Dentro de cada classe de ativos, existem diferentes tipos ou categorias de ativos. Por exemplo, há ações mais defensivas e mais agressivas, ações que tendem a pagar mais ou menos dividendos etc. Títulos podem ser emitidos pelo governo ou por empresas, podem ser pré ou pós fixados, de curto ou longo prazo, pagar ou não cupons periódicos e assim por diante.

Definidas as classes de ativos, é preciso tomar decisões quanto à alocação de ativos. Em primeiro lugar, o investidor precisa determinar se seguirá um modelo de alocação passiva, no qual as proporções de cada classe de ativo são pré-definidas e mantidas fixas ao longo do tempo, ou um modelo de alocação ativa, no qual as proporções são alteradas com o intuito de capturar retornos maiores de acordo com algum tipo de previsão sobre o desempenho futuro das classes de ativos. Existe uma longa discussão sobre este assunto, ligada ao conceito acadêmico do mercado eficiente. Em um mercado eficiente, não é possível em geral superar consistentemente o desempenho agregado do mercado. Neste caso, a decisão mais racional é a de seguir uma carteira que represente da melhor maneira possível o mercado. A evidência acadêmica aponta que os gestores ativos, em geral, performam abaixo de gestores passivos que apenas seguem alocações fixas. Em geral, o investimento ativo está associado a taxas e custos mais altos, o que também contribui para deteriorar os resultados. Isto não significa que não existam gestores ativos capazes de obter retornos consistentes.

O próximo passo é definir a alocação de ativos da carteira. Isto significa definir a proporção (%) de cada classe de ativo na carteira. Existem diversas maneiras de fazer isto, desde escolhas subjetivas baseadas no perfil de investimento, até sofisticados cálculos para encontrar uma carteira otimizada, como por exemplo o que descrevo neste post sobre otimização de uma carteira de ações.

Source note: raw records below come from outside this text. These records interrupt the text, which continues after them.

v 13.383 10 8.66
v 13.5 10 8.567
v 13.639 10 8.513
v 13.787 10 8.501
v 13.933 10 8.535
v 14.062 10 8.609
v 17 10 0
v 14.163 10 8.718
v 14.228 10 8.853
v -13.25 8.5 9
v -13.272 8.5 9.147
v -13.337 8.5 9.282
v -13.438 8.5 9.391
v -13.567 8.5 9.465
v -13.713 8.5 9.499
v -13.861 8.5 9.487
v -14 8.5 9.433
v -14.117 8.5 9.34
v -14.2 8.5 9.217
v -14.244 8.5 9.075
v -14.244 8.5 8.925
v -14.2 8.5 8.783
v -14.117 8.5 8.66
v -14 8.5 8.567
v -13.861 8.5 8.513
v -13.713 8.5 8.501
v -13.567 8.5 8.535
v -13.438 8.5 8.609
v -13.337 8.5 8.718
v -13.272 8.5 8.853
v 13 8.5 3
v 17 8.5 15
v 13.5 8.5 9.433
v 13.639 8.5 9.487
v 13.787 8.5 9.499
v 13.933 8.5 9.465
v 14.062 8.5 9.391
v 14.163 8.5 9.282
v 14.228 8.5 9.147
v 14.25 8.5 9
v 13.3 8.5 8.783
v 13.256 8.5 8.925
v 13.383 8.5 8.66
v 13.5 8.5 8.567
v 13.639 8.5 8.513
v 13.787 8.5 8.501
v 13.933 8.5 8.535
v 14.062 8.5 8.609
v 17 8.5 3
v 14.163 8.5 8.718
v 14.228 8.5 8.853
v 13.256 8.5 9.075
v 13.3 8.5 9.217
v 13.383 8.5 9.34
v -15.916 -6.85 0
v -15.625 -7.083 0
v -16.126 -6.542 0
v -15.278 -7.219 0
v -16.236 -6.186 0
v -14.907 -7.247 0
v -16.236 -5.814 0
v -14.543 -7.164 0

Um outro ponto a considerar é que tipo de produtos utilizar para obter exposição a cada classe de ativo, e quais os custos envolvidos. Por exemplo, é possível ter exposição a ações através de pelo menos 3 métodos: 1. comprando ações de empresas individuais através de uma corretora; 2. comprando ETFs através de uma corretora; e 3. comprando cotas de fundos de ações através de uma corretora, banco ou gestor de recursos. No primeiro caso, alguns dos custos envolvidos são: taxa de corretagem, emolumentos, spread de compra/venda (ver também este post). No segundo caso, além destes custos há também a taxa de administração do ETF. No terceiro caso, é necessário pagar a taxa de administração e em alguns casos, de performance do fundo. Além disso, os impostos cobrados em cima de tipos de produtos pode ser diferente. Por exemplo, LCIs e LCAs são isentos de impostos, enquanto CDBs não são.

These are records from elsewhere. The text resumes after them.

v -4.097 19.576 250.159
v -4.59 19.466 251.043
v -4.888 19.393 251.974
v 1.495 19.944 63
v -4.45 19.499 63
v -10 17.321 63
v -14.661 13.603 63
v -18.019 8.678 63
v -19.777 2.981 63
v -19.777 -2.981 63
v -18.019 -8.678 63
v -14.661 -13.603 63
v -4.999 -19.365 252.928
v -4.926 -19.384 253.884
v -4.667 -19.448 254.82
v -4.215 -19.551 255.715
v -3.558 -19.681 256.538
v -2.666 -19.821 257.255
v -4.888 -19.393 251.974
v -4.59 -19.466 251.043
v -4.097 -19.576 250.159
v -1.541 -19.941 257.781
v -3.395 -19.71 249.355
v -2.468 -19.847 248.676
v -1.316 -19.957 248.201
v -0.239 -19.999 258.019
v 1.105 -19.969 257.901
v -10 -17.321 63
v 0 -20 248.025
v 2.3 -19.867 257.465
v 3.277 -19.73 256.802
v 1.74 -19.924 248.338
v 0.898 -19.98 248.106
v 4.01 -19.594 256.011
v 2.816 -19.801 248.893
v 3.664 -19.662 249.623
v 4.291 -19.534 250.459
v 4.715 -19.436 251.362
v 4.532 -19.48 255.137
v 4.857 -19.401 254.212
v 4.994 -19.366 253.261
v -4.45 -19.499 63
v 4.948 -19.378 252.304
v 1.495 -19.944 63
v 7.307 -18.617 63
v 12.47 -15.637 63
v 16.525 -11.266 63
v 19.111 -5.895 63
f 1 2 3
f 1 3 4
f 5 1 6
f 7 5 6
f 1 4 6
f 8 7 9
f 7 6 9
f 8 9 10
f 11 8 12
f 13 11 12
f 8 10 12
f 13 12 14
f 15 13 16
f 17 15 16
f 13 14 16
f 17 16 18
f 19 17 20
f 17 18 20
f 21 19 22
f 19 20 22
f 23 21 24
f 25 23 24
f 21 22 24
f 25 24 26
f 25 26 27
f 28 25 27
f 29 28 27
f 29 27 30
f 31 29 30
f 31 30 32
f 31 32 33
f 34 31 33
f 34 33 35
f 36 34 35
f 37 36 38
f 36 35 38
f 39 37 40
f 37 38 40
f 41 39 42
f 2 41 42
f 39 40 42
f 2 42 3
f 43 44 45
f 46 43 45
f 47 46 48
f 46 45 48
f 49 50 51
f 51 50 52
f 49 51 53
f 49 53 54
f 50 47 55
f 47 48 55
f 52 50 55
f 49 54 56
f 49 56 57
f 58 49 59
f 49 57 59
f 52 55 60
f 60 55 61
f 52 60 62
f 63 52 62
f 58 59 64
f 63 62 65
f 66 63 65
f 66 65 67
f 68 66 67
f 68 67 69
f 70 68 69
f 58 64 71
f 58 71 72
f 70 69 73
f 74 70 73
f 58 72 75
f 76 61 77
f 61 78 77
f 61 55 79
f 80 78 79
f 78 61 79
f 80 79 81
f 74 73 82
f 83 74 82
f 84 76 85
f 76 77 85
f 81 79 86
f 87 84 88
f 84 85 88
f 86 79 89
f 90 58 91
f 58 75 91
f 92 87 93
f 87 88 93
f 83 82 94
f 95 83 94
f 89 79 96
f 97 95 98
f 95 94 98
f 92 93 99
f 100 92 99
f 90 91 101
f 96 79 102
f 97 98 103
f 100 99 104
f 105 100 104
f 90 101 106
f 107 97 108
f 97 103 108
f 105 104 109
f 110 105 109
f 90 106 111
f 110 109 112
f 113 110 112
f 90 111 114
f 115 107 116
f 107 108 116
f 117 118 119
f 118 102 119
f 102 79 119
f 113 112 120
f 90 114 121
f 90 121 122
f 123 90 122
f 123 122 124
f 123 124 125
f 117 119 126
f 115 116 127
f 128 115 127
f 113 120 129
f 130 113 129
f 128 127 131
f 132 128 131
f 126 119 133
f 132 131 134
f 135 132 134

4. Implementação da Estratégia de Investimento

Definida a estratégia de investimento, é hora de implementá-la. Isto envolve executar a compra dos produtos escolhidos para alcançar a alocação desejada. Conforme vimos acima, isto pode envolver uma combinação de produtos que estão disponíveis através de diferentes instituições como bancos, corretoras, gestores de recurso etc. O número de opções, mesmo no Brasil, é muito alto. Por exemplo, existiam no final de 2013 mais de 14 mil fundos de investimento. Esta grande oferta de produtos também vem acompanhada de grande variabilidade nos custos. Por exemplo, um fundo de ações comum pode ter taxas de administração variando de algo próximo de 0% até 4%. O mesmo pode ser dito sobre o custo de comprar e vender ações individuais através de uma corretora. Portanto é importante avaliar com cuidado todos os custos envolvidos.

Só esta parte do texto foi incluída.